■ Exercise
Scan the records beneath this line for the line holding "v -10.935 38.686 26.4" and the line holding "v -3.566 -50.8 -18.713", then transcribe exactly those two and all lines between.
START Data shown
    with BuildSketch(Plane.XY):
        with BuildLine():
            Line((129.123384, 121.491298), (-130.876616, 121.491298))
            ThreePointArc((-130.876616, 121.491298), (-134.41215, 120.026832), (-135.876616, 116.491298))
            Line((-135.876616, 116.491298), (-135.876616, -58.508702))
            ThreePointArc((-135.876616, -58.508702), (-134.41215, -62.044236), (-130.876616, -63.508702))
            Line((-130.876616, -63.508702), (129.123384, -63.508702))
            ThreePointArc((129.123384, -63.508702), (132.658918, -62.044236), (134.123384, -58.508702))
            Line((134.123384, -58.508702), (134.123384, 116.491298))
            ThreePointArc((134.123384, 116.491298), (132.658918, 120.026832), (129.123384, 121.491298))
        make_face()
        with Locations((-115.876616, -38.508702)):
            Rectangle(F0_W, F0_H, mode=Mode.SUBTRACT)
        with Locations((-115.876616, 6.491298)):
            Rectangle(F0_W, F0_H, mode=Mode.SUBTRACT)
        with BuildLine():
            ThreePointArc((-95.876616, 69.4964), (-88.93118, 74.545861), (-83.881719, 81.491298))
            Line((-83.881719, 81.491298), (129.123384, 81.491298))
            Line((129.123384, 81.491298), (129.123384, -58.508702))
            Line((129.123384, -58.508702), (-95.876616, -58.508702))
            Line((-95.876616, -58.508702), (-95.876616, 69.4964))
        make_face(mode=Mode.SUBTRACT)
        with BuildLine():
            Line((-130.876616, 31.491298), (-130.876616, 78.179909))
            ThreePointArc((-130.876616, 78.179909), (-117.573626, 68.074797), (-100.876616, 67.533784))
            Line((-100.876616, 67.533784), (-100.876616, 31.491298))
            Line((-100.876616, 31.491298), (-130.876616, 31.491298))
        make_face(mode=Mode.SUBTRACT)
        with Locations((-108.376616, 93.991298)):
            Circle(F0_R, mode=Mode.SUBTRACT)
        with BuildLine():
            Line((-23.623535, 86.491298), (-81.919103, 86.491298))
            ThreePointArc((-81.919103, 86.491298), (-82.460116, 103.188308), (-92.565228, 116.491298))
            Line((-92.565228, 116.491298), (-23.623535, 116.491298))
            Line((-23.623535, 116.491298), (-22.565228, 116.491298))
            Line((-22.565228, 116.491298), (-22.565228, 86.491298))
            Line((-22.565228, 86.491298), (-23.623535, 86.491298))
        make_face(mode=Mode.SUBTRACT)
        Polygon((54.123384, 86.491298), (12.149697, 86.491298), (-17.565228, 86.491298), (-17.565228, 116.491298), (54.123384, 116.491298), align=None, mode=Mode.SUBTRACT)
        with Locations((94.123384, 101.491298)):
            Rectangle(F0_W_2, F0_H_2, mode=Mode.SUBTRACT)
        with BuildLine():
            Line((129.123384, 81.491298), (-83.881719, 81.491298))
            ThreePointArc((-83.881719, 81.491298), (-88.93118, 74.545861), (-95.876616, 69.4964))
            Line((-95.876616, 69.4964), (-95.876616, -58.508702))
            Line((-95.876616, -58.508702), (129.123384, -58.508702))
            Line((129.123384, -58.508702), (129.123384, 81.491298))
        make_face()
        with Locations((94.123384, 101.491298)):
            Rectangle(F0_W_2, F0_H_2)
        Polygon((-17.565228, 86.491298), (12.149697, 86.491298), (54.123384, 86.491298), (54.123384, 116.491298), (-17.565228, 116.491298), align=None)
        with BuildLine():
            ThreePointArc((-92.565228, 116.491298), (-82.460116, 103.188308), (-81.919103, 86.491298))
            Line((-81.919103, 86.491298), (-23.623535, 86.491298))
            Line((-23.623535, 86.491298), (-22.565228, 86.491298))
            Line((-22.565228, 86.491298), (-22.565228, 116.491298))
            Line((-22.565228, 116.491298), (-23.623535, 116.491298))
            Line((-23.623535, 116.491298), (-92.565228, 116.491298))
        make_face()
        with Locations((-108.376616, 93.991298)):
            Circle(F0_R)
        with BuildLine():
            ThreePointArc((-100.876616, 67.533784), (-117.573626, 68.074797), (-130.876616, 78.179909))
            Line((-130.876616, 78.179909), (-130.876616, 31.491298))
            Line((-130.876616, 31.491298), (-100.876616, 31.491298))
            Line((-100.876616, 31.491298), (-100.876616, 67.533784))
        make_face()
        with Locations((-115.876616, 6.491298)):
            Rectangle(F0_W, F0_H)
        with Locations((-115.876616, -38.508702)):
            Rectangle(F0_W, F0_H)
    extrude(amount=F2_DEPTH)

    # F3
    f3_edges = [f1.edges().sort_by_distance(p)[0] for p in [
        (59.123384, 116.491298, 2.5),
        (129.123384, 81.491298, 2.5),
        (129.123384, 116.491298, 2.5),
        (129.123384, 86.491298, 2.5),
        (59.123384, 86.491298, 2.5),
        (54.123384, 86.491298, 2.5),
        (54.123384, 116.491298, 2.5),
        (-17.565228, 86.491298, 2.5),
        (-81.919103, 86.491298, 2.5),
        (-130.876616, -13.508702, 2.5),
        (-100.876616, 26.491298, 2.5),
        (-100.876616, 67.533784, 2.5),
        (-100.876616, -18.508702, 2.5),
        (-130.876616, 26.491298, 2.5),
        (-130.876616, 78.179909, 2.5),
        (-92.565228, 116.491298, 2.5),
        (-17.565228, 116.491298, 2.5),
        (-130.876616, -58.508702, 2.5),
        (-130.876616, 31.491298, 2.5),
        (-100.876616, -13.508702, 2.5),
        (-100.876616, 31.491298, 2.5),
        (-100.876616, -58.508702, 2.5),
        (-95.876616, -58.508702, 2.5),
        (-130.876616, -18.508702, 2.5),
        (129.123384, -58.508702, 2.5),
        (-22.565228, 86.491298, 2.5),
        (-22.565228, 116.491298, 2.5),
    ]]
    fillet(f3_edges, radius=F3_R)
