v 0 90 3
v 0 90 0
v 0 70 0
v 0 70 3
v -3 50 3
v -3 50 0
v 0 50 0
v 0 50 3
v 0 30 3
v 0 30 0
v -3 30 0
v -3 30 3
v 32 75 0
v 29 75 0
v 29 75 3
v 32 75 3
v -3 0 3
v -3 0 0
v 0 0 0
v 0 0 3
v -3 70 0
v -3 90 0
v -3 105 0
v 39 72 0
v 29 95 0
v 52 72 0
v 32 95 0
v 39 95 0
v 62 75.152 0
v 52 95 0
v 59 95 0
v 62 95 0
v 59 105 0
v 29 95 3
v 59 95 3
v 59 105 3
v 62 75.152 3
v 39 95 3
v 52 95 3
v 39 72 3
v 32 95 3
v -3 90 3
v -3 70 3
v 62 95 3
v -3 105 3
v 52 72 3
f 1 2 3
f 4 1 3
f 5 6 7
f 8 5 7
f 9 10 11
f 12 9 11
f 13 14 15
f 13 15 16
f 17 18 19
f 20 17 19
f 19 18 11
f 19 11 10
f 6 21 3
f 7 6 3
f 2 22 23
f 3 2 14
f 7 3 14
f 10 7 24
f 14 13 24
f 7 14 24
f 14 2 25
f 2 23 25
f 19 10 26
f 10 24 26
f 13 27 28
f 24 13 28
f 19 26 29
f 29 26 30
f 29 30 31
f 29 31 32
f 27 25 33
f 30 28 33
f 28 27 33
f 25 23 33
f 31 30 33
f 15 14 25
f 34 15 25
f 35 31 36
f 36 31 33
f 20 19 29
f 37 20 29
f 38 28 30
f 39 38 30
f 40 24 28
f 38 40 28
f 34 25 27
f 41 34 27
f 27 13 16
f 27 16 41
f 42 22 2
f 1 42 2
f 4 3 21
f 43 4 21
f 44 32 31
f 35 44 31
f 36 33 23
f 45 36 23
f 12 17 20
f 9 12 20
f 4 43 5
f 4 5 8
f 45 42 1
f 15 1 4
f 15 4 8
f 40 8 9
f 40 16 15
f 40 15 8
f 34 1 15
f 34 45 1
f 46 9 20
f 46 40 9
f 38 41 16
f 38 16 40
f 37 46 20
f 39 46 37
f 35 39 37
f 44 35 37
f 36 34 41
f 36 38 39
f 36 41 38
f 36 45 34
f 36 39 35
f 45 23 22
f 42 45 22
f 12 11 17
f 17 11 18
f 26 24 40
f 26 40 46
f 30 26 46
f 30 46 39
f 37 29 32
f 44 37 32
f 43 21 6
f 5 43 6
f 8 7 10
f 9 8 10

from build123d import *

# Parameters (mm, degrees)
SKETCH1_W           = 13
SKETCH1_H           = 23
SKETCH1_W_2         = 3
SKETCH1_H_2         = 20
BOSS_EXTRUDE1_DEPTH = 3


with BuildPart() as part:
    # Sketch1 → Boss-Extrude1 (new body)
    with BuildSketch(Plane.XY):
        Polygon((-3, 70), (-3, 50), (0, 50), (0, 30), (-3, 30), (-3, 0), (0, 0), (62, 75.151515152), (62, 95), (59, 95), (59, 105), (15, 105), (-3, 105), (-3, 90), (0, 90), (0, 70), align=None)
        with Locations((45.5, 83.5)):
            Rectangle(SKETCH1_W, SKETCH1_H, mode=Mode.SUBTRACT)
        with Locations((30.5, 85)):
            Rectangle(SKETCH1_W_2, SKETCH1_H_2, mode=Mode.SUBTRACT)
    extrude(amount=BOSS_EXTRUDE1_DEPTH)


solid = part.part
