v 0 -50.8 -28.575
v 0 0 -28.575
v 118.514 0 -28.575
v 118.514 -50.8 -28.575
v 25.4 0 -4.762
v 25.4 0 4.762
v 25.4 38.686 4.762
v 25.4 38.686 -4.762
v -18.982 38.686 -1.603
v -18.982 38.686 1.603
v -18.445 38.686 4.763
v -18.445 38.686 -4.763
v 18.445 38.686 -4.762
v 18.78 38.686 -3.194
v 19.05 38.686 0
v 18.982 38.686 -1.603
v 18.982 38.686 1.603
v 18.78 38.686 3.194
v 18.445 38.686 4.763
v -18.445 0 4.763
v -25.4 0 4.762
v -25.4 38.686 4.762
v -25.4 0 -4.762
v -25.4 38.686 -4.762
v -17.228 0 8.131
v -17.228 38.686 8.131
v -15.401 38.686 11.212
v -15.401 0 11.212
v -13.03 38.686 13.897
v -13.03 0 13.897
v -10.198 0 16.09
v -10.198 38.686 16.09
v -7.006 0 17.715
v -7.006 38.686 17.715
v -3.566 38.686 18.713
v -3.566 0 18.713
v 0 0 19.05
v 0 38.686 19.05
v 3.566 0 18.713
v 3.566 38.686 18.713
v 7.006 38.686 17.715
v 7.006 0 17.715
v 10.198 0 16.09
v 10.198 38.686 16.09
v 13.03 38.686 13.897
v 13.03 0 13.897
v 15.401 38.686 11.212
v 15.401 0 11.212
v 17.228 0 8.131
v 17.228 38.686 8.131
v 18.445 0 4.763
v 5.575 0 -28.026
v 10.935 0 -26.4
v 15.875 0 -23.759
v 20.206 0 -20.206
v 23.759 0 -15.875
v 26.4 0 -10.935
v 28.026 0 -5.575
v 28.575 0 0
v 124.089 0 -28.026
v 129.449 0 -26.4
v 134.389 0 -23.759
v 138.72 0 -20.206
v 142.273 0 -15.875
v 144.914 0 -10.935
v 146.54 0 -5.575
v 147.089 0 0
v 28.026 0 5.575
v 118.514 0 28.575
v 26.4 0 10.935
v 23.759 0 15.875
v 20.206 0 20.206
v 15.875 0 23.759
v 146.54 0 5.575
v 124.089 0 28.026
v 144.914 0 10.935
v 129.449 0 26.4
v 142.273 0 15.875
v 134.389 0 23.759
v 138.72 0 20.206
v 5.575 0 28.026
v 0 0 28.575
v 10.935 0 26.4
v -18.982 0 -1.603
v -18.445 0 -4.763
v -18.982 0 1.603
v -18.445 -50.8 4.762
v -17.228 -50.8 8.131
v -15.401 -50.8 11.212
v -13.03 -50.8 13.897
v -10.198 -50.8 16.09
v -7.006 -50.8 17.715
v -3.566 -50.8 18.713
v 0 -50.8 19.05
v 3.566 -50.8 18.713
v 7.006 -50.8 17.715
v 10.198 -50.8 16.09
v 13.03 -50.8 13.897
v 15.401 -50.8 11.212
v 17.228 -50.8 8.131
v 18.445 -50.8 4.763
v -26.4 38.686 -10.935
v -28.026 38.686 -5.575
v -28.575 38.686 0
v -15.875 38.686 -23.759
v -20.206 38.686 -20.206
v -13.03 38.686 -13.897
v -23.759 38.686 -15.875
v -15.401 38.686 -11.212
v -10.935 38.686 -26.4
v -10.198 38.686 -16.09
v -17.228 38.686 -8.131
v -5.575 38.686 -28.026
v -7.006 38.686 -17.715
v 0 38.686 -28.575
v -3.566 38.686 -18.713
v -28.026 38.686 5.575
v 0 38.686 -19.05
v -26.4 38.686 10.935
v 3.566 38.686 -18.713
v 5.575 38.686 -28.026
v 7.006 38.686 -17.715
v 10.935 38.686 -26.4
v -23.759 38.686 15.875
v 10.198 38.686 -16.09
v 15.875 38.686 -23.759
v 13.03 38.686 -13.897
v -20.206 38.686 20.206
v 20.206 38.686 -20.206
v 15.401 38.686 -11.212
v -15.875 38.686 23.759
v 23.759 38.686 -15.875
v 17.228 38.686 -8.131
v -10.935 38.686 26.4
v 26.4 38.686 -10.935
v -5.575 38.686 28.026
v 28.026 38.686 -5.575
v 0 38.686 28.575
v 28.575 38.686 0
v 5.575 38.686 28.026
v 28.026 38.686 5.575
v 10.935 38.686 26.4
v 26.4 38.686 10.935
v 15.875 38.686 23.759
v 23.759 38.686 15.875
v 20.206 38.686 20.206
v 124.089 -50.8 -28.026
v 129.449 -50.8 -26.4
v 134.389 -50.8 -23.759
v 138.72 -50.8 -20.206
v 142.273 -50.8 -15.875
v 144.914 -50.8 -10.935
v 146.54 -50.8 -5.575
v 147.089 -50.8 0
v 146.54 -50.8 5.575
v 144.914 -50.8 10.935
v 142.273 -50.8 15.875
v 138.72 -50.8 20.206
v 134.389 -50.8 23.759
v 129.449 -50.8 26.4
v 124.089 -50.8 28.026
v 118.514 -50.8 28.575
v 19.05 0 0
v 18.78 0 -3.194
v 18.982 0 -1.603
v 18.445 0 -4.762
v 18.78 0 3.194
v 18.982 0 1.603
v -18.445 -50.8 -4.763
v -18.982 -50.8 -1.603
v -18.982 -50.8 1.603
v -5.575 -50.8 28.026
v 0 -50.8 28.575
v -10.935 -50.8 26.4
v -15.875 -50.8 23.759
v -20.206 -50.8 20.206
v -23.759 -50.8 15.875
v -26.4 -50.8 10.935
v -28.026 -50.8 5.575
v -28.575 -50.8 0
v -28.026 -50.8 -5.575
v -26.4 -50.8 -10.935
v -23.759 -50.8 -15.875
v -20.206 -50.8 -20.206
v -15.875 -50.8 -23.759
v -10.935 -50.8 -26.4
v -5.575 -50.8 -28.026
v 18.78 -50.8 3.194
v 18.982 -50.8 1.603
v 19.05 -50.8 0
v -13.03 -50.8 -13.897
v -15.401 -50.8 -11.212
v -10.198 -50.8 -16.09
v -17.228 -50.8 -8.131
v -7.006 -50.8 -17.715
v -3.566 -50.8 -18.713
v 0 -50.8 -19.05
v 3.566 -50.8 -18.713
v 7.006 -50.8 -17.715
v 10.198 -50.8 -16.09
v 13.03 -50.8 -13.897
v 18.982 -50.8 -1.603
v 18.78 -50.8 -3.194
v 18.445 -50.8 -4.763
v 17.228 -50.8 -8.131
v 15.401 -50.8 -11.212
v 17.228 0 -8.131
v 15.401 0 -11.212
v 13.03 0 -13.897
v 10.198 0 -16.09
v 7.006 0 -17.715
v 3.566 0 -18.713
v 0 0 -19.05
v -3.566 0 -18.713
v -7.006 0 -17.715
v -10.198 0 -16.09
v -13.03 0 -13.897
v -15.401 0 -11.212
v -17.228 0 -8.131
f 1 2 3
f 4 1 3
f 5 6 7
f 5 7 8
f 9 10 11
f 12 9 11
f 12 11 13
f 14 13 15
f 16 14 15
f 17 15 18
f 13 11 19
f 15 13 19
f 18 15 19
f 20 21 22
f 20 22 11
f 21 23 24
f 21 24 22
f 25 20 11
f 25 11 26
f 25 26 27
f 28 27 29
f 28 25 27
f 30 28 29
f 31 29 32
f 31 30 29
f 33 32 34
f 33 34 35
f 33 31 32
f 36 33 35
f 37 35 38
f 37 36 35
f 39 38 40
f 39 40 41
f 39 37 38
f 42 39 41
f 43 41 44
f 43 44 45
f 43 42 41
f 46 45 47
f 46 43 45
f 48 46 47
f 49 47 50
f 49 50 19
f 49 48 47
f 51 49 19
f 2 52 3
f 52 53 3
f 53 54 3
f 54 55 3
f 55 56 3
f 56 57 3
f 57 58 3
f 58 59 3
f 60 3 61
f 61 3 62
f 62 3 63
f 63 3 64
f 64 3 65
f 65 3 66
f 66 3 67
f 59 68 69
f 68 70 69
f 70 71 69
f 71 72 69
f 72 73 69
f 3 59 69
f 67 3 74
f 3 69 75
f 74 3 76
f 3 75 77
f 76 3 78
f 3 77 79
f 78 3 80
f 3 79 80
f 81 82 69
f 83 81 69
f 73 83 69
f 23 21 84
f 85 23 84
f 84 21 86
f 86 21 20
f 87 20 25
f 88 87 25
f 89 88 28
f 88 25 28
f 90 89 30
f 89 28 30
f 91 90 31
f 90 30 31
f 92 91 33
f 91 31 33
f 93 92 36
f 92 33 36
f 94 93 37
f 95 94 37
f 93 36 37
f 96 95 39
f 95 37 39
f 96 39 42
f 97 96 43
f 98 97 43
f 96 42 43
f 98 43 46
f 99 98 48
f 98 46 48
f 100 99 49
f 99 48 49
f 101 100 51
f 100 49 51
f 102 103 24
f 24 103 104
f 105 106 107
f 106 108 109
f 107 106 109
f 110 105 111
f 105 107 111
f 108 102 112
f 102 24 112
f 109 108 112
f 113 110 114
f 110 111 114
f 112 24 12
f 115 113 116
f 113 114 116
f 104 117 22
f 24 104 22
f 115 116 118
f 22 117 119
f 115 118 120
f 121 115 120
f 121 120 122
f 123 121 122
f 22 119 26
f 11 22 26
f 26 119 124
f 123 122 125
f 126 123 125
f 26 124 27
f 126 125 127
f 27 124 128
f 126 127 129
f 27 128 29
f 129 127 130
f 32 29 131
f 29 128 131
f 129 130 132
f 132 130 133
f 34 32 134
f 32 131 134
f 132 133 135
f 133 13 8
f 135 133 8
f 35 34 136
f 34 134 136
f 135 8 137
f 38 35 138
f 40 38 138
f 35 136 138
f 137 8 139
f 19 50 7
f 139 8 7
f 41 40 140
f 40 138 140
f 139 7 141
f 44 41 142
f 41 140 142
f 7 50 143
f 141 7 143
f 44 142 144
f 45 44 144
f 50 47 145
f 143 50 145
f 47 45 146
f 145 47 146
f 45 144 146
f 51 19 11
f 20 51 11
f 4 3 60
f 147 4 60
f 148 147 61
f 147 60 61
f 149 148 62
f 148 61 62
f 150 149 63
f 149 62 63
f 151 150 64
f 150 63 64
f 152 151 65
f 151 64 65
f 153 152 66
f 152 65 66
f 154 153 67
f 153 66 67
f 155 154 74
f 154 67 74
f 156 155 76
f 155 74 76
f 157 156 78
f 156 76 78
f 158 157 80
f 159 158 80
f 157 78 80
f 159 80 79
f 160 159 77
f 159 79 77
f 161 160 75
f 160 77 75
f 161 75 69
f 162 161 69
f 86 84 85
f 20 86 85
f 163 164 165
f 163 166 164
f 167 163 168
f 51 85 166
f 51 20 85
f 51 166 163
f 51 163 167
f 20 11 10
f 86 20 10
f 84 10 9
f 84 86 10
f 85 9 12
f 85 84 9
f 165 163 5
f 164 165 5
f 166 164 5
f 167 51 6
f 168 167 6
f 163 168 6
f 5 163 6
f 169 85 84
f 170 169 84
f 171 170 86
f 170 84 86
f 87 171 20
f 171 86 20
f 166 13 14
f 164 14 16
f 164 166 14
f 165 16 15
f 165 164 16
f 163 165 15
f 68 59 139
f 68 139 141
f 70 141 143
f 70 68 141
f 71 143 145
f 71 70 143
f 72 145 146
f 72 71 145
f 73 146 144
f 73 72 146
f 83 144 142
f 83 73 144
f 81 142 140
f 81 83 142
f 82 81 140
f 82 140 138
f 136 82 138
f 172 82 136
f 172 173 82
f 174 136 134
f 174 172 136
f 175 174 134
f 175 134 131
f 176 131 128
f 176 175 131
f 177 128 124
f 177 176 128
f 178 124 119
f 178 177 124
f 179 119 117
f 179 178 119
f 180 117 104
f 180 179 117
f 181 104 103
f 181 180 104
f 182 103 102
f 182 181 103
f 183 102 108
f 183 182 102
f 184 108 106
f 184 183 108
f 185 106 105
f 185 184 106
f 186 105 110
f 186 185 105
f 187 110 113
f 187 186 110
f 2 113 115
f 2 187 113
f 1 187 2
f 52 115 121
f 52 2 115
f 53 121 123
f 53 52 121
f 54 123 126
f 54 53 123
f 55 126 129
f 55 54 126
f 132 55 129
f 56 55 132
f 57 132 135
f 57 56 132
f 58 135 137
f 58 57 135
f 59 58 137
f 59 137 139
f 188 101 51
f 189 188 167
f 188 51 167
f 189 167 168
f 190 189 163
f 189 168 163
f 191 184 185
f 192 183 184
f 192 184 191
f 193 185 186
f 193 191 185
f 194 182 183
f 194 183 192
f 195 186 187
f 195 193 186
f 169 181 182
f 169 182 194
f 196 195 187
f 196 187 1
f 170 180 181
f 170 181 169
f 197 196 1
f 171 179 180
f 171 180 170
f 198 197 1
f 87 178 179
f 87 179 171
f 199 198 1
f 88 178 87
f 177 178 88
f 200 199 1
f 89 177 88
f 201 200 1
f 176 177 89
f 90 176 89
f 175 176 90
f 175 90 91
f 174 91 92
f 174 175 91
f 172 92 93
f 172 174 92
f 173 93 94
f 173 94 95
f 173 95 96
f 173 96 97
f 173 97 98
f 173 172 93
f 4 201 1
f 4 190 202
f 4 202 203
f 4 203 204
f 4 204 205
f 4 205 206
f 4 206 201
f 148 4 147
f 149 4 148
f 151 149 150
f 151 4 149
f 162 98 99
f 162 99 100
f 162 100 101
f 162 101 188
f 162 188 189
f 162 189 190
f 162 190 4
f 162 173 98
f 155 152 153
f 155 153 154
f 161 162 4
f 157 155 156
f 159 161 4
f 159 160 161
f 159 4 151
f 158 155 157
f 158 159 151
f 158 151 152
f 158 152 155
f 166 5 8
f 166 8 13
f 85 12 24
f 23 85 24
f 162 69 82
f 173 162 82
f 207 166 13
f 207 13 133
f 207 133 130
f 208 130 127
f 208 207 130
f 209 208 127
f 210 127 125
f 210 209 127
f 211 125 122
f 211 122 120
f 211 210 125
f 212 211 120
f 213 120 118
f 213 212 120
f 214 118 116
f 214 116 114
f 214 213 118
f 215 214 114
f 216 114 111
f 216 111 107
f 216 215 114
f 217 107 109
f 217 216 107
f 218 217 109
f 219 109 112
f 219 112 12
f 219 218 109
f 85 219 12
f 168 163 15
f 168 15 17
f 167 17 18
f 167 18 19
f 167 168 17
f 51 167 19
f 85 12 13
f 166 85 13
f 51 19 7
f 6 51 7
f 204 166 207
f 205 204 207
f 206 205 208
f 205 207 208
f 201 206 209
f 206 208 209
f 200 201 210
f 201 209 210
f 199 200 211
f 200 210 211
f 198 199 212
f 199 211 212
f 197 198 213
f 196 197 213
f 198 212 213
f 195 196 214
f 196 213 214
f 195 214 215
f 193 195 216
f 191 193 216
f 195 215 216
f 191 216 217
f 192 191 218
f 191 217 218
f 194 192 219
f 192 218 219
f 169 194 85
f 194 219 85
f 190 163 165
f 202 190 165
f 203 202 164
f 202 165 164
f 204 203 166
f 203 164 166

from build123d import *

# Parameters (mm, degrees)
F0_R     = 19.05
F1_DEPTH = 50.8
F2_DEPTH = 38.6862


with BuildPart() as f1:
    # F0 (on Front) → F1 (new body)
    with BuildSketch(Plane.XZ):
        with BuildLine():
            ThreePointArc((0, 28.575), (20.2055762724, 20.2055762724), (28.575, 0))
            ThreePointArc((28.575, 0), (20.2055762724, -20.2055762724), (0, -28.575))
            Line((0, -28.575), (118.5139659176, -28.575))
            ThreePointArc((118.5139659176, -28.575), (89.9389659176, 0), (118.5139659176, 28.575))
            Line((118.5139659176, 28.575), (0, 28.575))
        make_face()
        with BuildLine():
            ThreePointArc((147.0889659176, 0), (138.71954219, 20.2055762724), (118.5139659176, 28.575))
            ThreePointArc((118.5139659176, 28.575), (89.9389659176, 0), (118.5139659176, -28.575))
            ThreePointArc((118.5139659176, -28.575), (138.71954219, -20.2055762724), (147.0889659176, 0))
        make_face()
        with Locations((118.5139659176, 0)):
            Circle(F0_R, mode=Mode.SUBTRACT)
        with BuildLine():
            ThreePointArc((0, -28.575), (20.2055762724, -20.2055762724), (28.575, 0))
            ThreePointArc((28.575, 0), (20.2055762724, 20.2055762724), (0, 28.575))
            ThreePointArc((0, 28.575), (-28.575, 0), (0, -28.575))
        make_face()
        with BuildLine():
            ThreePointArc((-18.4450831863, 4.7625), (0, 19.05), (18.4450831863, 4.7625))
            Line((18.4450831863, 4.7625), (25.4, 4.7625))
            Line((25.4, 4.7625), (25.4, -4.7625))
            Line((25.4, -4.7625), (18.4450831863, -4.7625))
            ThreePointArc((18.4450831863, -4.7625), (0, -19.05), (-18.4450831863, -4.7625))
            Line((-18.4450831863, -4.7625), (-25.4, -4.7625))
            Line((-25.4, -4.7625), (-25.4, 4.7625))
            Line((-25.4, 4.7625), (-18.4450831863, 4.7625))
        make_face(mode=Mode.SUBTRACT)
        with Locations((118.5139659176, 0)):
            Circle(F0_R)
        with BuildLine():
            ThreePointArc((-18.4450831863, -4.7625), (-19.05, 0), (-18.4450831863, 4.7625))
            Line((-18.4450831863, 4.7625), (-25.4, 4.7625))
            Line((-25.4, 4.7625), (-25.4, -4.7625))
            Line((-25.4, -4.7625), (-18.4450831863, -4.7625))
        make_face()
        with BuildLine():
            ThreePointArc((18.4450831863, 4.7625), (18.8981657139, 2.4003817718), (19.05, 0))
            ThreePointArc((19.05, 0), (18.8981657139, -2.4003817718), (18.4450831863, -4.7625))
END Data shown
■ Solution
v -10.935 38.686 26.4
v 26.4 38.686 -10.935
v -5.575 38.686 28.026
v 28.026 38.686 -5.575
v 0 38.686 28.575
v 28.575 38.686 0
v 5.575 38.686 28.026
v 28.026 38.686 5.575
v 10.935 38.686 26.4
v 26.4 38.686 10.935
v 15.875 38.686 23.759
v 23.759 38.686 15.875
v 20.206 38.686 20.206
v 124.089 -50.8 -28.026
v 129.449 -50.8 -26.4
v 134.389 -50.8 -23.759
v 138.72 -50.8 -20.206
v 142.273 -50.8 -15.875
v 144.914 -50.8 -10.935
v 146.54 -50.8 -5.575
v 147.089 -50.8 0
v 146.54 -50.8 5.575
v 144.914 -50.8 10.935
v 142.273 -50.8 15.875
v 138.72 -50.8 20.206
v 134.389 -50.8 23.759
v 129.449 -50.8 26.4
v 124.089 -50.8 28.026
v 118.514 -50.8 28.575
v 19.05 0 0
v 18.78 0 -3.194
v 18.982 0 -1.603
v 18.445 0 -4.762
v 18.78 0 3.194
v 18.982 0 1.603
v -18.445 -50.8 -4.763
v -18.982 -50.8 -1.603
v -18.982 -50.8 1.603
v -5.575 -50.8 28.026
v 0 -50.8 28.575
v -10.935 -50.8 26.4
v -15.875 -50.8 23.759
v -20.206 -50.8 20.206
v -23.759 -50.8 15.875
v -26.4 -50.8 10.935
v -28.026 -50.8 5.575
v -28.575 -50.8 0
v -28.026 -50.8 -5.575
v -26.4 -50.8 -10.935
v -23.759 -50.8 -15.875
v -20.206 -50.8 -20.206
v -15.875 -50.8 -23.759
v -10.935 -50.8 -26.4
v -5.575 -50.8 -28.026
v 18.78 -50.8 3.194
v 18.982 -50.8 1.603
v 19.05 -50.8 0
v -13.03 -50.8 -13.897
v -15.401 -50.8 -11.212
v -10.198 -50.8 -16.09
v -17.228 -50.8 -8.131
v -7.006 -50.8 -17.715
v -3.566 -50.8 -18.713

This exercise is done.